**GOAL OF THE EXERCISE**
What do the lines from the top of the data through the line with "Rebuilt in FreeCAD, every" say? Quote them exactly and include both ends.

**EXTRACTED DATA**
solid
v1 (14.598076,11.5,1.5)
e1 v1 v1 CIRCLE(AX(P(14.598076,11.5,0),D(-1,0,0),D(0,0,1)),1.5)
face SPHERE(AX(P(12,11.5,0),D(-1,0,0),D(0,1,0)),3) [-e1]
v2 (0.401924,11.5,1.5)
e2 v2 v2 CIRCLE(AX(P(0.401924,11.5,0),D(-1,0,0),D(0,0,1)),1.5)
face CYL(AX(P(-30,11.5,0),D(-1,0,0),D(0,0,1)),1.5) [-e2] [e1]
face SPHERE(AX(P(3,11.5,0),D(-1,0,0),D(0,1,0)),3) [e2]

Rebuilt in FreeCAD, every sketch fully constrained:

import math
import FreeCAD as App
import Part
import Sketcher
from FreeCAD import Vector
Q = App.Units.Quantity

doc = App.newDocument("Part")
body = doc.addObject("PartDesign::Body", "Body")

# Sketch on XY plane
sketch1 = doc.addObject("Sketcher::SketchObject", "Sketch")
body.addObject(sketch1)
sketch1.AttachmentSupport = (doc.XY_Plane, [""])
sketch1.MapMode = "FlatFace"
sketch1.addGeometry([
    Part.LineSegment(Vector(14.6, 13, 0), Vector(0.4, 13, 0)),
    Part.ArcOfCircle(Part.Circle(Vector(3, 11.5, 0), Vector(0, 0, 1), 3), math.radians(150), math.radians(180)),
    Part.LineSegment(Vector(0, 11.5, 0), Vector(15, 11.5, 0)),
    Part.ArcOfCircle(Part.Circle(Vector(12, 11.5, 0), Vector(0, 0, 1), 3), math.radians(0), math.radians(30)),
], False)
sketch1.addGeometry(Part.LineSegment(Vector(0, 11.5, 0), Vector(15, 11.5, 0)), True)  # axis
sketch1.addConstraint([
    Sketcher.Constraint("Coincident", 0, 2, 1, 1),
    Sketcher.Constraint("Coincident", 1, 2, 2, 1),
    Sketcher.Constraint("Coincident", 2, 2, 3, 1),
    Sketcher.Constraint("Coincident", 3, 2, 0, 1),
    Sketcher.Constraint("Horizontal", 0),
    Sketcher.Constraint("Horizontal", 2),
    Sketcher.Constraint("Horizontal", 4),
    Sketcher.Constraint("Coincident", 4, 1, 1, 2),
    Sketcher.Constraint("Equal", 1, 3),
    Sketcher.Constraint("PointOnObject", 1, 2, -2),
    Sketcher.Constraint("Horizontal", 1, 3, 3, 3),
    Sketcher.Constraint("Horizontal", 3, 3, 1, 2),
    Sketcher.Constraint("Equal", 2, 4),
    Sketcher.Constraint("Radius", 1, Q("3 mm")),
    Sketcher.Constraint("DistanceX", 2, 1, 2, 2, Q("15 mm")),
    Sketcher.Constraint("DistanceY", -1, 1, 0, 2, Q("13 mm")),
    Sketcher.Constraint("DistanceY", -1, 1, 1, 3, Q("11.5 mm")),
])
revolution = doc.addObject("PartDesign::Revolution", "Revolution")
body.addObject(revolution)
revolution.Profile = sketch1
revolution.ReferenceAxis = (sketch1, ["Axis0"])
revolution.Angle = 360

doc.recompute()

**TASK RESULT**
solid
v1 (14.598076,11.5,1.5)
e1 v1 v1 CIRCLE(AX(P(14.598076,11.5,0),D(-1,0,0),D(0,0,1)),1.5)
face SPHERE(AX(P(12,11.5,0),D(-1,0,0),D(0,1,0)),3) [-e1]
v2 (0.401924,11.5,1.5)
e2 v2 v2 CIRCLE(AX(P(0.401924,11.5,0),D(-1,0,0),D(0,0,1)),1.5)
face CYL(AX(P(-30,11.5,0),D(-1,0,0),D(0,0,1)),1.5) [-e2] [e1]
face SPHERE(AX(P(3,11.5,0),D(-1,0,0),D(0,1,0)),3) [e2]

Rebuilt in FreeCAD, every sketch fully constrained:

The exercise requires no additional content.